- [Work item]: Locate the line bearing "f 184 8 147" in the material below, then reproduce it and each following line up to and including the line bearing "f 120 186 62".

- [Provided information]:
━━━━━━
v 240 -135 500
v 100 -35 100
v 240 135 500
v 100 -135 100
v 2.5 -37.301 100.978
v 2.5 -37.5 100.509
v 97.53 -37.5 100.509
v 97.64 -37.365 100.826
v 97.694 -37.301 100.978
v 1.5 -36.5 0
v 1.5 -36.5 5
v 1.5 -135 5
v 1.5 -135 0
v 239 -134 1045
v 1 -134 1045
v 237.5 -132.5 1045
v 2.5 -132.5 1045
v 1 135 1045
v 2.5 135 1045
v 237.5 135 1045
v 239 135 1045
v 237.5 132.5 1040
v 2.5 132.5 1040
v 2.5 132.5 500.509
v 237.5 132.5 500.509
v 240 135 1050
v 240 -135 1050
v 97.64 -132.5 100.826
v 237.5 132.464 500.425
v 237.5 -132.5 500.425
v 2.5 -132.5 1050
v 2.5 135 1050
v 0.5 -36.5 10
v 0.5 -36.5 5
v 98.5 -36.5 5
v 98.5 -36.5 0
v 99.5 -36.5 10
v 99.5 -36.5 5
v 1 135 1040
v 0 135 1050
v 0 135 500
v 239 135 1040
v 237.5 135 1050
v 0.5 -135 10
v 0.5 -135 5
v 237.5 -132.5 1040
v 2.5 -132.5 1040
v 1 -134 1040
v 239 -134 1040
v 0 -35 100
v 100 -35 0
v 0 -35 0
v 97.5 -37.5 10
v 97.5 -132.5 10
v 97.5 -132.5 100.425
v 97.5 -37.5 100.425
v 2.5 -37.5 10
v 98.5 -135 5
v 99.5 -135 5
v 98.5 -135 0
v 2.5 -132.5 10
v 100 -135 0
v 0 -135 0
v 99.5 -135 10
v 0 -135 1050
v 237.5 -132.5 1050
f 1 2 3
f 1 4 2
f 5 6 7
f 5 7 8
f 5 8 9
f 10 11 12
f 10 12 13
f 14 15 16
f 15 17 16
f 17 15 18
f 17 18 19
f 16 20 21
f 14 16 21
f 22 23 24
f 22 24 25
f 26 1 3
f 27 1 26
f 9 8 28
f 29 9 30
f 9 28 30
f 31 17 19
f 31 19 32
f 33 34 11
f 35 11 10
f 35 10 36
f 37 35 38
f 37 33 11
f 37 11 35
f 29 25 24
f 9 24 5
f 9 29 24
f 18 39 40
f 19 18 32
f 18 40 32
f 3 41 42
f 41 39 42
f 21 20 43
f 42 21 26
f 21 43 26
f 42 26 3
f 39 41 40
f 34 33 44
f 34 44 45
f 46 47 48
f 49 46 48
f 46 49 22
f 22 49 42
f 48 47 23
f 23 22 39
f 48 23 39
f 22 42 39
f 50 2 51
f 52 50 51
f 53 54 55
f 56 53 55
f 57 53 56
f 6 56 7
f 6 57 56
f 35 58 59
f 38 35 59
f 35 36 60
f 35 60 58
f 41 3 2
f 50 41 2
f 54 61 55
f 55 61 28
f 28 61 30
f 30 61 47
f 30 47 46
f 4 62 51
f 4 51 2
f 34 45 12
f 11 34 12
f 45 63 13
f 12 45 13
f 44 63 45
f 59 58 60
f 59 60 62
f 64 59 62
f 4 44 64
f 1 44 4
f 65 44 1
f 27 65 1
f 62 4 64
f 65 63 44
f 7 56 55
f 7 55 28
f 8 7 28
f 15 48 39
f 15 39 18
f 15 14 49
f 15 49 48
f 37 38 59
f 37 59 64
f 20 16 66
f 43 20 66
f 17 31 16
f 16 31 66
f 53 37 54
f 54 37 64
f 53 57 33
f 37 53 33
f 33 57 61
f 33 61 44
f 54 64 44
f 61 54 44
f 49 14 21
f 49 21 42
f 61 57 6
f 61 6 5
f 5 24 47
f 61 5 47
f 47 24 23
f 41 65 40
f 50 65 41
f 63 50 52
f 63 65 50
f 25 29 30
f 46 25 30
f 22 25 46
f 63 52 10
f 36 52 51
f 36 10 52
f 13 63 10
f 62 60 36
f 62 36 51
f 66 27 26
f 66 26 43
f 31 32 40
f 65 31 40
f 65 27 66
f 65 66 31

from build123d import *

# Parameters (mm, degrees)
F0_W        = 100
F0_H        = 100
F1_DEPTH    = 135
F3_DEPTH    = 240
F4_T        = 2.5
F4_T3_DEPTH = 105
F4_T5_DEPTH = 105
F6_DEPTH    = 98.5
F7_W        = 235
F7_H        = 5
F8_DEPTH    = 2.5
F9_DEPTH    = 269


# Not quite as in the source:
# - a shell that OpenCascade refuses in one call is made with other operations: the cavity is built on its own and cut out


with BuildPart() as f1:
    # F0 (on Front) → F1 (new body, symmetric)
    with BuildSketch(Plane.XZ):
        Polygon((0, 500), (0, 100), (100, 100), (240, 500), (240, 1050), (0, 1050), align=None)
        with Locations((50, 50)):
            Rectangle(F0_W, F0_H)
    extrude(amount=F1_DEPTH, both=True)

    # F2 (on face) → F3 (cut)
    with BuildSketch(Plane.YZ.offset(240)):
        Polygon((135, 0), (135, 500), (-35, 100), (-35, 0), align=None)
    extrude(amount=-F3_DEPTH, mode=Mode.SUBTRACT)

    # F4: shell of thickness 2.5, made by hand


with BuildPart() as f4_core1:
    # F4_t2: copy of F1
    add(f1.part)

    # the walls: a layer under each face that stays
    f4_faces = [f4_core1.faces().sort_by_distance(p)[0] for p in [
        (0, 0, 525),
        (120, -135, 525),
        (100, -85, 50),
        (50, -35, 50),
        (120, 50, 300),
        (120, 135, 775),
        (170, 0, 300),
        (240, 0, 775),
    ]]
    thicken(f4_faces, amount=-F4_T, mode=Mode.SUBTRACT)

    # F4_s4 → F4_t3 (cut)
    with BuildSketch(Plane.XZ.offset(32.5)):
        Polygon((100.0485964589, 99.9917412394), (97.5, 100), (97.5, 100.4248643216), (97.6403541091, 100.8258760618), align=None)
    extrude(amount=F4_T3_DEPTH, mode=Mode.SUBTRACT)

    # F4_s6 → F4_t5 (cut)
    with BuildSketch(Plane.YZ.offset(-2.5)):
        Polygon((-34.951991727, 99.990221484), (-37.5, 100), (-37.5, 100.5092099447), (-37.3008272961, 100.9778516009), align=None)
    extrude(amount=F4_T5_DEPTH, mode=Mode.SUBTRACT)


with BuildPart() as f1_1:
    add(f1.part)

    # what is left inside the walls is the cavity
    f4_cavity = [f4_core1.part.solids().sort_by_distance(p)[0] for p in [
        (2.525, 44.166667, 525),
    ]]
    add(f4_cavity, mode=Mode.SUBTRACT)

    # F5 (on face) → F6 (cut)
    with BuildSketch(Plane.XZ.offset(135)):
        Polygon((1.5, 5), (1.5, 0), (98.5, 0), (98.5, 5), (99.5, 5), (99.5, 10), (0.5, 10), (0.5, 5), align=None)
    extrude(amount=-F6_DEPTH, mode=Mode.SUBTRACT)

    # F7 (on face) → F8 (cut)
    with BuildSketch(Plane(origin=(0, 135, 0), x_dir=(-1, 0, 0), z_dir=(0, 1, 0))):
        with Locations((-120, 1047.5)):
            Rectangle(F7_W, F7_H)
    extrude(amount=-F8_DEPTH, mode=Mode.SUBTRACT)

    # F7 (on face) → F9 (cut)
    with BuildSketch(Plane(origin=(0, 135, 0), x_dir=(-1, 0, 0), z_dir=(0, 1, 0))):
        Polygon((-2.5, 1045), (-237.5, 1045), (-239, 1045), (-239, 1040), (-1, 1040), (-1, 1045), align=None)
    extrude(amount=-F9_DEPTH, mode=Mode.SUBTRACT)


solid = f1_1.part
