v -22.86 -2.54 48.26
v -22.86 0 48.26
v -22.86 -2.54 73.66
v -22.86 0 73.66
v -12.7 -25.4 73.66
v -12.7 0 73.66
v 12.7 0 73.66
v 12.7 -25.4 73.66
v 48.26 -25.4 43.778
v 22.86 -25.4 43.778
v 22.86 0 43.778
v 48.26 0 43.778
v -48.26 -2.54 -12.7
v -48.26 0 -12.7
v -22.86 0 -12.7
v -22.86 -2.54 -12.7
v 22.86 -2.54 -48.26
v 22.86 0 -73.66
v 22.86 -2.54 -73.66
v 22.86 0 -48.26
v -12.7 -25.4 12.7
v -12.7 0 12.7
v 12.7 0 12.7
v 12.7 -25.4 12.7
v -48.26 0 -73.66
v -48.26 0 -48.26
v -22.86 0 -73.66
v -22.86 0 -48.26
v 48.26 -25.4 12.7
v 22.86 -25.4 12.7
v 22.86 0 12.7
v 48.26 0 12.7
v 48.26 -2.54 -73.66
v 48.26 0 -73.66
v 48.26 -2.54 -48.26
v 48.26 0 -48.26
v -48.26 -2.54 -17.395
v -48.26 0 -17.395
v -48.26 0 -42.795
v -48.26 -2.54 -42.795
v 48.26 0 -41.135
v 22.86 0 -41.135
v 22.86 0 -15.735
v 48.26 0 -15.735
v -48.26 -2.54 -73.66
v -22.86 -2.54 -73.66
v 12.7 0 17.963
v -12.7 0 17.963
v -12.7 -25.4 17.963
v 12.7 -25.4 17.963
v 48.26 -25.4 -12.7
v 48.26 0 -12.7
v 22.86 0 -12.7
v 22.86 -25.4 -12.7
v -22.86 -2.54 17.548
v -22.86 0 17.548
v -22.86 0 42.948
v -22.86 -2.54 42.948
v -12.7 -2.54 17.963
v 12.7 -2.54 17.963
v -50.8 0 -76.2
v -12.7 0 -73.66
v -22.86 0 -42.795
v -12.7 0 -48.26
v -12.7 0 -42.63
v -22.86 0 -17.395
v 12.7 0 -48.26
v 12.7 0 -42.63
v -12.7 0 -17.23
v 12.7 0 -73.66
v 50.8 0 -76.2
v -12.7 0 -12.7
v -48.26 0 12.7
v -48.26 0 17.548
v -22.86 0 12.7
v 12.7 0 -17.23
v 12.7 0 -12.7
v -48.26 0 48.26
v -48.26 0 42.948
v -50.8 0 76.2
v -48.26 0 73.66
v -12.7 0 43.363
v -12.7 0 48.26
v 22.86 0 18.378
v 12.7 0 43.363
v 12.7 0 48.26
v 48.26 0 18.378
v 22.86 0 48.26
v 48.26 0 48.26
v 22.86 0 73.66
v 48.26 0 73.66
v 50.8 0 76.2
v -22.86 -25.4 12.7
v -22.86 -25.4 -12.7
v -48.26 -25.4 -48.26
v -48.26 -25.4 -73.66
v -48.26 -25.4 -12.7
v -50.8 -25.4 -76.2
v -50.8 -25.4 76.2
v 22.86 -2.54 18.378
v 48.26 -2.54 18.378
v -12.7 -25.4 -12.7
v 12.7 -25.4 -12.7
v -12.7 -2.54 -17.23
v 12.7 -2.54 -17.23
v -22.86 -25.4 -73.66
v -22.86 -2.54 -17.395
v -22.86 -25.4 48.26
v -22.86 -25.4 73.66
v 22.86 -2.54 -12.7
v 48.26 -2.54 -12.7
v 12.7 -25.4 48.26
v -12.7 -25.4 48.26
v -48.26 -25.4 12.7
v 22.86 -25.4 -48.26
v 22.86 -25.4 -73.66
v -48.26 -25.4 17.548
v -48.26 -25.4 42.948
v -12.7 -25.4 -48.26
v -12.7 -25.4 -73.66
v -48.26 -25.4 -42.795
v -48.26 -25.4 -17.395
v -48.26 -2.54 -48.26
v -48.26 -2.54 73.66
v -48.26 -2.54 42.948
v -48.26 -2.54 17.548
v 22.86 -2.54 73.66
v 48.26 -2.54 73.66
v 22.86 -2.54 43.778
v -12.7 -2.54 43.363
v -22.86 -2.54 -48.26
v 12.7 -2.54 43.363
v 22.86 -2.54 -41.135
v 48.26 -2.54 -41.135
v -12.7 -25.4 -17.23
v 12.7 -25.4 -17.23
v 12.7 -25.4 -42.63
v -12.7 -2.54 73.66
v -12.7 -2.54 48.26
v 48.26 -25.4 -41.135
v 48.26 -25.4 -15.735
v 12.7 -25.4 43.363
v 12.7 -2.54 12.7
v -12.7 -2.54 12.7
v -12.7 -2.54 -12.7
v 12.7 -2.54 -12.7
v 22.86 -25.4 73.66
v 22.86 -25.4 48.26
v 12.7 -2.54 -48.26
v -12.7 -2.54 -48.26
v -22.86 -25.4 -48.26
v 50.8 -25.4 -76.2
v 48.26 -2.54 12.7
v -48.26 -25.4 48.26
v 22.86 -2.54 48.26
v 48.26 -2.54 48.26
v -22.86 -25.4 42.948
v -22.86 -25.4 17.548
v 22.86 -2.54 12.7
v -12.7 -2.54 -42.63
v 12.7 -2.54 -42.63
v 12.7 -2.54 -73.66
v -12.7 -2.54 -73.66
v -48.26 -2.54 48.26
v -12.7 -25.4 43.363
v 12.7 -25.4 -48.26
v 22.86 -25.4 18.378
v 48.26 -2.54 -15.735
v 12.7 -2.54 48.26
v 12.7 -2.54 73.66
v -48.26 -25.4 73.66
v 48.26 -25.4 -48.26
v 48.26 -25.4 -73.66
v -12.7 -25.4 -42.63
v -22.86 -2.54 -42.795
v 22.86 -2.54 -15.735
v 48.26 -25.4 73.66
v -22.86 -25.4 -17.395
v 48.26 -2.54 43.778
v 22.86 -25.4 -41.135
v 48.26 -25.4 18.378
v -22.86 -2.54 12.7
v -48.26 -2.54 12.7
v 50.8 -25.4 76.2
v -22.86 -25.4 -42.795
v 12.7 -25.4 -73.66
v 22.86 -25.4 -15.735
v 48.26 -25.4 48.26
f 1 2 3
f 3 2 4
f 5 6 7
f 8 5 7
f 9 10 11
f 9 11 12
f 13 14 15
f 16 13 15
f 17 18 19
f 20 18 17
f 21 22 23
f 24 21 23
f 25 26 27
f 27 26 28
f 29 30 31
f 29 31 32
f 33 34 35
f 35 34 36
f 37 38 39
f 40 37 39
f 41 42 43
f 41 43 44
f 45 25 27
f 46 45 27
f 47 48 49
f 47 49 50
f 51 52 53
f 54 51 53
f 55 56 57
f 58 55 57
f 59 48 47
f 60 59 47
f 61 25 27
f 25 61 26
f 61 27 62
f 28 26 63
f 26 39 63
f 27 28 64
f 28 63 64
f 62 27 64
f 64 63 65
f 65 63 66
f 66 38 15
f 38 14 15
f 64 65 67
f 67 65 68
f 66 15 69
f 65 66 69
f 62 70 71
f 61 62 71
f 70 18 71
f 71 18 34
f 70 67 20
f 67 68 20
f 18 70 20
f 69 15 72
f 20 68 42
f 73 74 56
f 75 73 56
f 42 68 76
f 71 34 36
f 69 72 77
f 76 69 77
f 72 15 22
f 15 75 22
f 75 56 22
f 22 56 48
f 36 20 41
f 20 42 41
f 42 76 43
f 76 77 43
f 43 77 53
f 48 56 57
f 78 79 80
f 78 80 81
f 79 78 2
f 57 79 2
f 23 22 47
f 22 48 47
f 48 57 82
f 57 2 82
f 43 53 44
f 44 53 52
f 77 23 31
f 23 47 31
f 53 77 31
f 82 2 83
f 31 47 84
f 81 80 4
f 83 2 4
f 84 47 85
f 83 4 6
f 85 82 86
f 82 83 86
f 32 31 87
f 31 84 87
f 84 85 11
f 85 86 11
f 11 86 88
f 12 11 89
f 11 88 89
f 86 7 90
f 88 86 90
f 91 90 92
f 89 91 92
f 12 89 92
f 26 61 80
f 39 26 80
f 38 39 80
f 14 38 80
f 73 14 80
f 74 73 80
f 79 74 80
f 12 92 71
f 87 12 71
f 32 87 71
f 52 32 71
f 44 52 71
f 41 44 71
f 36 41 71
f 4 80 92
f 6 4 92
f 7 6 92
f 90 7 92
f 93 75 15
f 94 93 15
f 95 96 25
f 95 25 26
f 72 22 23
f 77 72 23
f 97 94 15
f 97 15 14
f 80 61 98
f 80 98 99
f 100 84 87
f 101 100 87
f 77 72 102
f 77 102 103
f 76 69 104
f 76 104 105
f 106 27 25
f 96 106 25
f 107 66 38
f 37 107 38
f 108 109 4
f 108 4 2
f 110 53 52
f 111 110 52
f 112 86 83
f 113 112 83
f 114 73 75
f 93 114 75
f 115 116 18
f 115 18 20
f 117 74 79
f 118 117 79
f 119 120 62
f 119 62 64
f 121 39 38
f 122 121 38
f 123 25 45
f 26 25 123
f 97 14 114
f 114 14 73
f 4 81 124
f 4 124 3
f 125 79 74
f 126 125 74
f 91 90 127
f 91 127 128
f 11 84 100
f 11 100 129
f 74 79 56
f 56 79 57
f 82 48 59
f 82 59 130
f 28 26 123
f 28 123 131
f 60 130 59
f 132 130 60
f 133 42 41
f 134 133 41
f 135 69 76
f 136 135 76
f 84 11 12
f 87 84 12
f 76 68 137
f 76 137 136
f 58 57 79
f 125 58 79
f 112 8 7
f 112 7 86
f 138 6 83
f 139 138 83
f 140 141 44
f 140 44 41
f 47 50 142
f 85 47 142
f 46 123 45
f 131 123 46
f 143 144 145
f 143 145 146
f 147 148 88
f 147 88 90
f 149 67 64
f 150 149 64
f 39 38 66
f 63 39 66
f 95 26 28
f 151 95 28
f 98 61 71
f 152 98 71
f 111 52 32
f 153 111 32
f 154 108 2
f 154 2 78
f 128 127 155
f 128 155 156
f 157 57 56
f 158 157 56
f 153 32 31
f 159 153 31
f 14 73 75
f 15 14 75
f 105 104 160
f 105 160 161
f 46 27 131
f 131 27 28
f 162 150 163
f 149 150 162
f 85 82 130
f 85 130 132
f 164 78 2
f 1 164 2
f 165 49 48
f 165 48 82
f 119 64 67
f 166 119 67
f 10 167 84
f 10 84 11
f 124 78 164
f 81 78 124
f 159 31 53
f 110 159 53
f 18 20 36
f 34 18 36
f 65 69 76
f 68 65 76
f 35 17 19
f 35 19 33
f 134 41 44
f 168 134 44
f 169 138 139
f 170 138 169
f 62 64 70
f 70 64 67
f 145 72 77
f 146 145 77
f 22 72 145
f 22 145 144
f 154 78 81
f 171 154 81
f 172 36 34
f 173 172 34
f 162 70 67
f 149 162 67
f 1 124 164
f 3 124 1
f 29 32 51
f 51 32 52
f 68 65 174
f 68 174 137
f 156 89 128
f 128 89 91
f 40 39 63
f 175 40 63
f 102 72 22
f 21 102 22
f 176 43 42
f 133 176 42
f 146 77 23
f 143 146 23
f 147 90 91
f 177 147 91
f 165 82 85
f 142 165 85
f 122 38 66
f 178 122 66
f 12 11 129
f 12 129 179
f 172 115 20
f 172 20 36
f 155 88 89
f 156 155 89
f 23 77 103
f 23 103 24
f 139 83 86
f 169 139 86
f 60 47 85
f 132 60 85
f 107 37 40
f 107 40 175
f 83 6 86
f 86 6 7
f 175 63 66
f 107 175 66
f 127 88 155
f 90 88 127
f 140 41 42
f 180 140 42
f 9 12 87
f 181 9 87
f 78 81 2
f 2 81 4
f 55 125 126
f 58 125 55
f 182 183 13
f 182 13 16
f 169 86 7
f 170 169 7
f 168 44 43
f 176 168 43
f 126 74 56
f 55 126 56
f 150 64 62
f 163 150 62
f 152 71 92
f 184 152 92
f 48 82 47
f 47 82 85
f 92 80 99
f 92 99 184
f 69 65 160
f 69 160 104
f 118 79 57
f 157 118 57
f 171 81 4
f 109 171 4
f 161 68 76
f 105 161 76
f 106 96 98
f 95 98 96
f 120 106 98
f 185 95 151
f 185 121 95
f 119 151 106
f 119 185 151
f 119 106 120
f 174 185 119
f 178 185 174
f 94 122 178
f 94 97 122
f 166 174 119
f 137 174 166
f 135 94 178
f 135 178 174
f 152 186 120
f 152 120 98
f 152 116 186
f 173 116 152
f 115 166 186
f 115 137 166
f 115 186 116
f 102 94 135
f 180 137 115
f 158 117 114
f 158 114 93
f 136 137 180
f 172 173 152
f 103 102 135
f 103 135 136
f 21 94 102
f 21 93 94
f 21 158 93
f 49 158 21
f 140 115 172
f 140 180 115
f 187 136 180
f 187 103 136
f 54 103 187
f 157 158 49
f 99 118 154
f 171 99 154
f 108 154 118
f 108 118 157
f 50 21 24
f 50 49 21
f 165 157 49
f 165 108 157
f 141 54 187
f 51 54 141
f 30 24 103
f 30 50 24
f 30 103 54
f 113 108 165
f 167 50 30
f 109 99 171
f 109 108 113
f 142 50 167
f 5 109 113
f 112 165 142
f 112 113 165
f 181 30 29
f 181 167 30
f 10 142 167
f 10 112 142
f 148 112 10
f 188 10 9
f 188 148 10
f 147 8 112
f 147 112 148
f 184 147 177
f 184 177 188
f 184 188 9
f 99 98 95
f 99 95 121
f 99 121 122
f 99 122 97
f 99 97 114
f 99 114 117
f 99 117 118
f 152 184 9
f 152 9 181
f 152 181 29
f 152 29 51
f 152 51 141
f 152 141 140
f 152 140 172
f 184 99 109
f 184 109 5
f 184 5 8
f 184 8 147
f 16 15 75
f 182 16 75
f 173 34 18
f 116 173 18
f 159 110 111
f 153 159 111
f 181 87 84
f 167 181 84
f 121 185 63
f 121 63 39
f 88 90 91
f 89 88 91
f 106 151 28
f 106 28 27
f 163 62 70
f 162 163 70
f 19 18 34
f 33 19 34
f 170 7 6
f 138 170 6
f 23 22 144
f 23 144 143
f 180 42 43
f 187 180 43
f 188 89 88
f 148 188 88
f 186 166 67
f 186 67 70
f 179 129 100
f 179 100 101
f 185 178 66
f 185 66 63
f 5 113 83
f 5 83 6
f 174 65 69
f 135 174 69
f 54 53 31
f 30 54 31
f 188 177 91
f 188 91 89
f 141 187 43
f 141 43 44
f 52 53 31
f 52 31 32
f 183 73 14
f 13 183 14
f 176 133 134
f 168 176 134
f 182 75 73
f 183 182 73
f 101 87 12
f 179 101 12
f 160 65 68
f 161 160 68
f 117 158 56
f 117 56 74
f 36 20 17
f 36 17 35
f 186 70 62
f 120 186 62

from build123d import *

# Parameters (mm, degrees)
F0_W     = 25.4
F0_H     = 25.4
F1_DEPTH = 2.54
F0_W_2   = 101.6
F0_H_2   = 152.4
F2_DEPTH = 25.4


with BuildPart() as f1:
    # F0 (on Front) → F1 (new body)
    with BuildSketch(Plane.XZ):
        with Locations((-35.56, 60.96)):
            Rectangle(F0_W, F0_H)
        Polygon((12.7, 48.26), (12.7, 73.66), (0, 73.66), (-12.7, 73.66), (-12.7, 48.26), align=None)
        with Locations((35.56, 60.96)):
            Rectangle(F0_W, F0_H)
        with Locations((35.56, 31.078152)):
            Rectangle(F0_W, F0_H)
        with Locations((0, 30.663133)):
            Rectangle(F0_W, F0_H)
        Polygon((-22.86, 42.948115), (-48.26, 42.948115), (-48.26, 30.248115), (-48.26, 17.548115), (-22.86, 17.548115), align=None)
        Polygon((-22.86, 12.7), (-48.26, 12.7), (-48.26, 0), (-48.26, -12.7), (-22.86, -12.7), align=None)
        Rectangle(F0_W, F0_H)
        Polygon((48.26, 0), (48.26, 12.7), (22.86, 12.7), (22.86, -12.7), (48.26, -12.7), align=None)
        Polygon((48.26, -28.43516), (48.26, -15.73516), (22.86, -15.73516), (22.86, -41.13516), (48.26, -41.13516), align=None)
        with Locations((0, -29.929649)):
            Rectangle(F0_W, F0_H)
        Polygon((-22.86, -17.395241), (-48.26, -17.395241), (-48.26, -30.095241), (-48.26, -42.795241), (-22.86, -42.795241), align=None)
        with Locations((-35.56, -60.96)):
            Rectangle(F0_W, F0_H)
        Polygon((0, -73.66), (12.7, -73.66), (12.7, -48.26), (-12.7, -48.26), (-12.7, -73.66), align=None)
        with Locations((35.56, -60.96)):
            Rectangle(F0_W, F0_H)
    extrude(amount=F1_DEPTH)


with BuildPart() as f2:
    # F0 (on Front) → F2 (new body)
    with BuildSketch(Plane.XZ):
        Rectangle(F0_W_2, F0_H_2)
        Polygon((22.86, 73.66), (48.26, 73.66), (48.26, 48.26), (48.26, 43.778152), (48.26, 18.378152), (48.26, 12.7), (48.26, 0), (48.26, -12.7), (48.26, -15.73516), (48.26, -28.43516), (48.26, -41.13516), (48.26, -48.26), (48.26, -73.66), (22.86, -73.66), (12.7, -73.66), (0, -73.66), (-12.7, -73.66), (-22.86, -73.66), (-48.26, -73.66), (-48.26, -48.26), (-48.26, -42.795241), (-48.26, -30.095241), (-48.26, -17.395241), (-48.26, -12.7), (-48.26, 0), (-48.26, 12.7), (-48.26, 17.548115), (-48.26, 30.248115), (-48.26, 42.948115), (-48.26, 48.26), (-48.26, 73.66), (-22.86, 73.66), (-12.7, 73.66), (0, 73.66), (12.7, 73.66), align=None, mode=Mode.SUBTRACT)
━━━━━━
- [Exercise answer]:
f 184 8 147
f 16 15 75
f 182 16 75
f 173 34 18
f 116 173 18
f 159 110 111
f 153 159 111
f 181 87 84
f 167 181 84
f 121 185 63
f 121 63 39
f 88 90 91
f 89 88 91
f 106 151 28
f 106 28 27
f 163 62 70
f 162 163 70
f 19 18 34
f 33 19 34
f 170 7 6
f 138 170 6
f 23 22 144
f 23 144 143
f 180 42 43
f 187 180 43
f 188 89 88
f 148 188 88
f 186 166 67
f 186 67 70
f 179 129 100
f 179 100 101
f 185 178 66
f 185 66 63
f 5 113 83
f 5 83 6
f 174 65 69
f 135 174 69
f 54 53 31
f 30 54 31
f 188 177 91
f 188 91 89
f 141 187 43
f 141 43 44
f 52 53 31
f 52 31 32
f 183 73 14
f 13 183 14
f 176 133 134
f 168 176 134
f 182 75 73
f 183 182 73
f 101 87 12
f 179 101 12
f 160 65 68
f 161 160 68
f 117 158 56
f 117 56 74
f 36 20 17
f 36 17 35
f 186 70 62
f 120 186 62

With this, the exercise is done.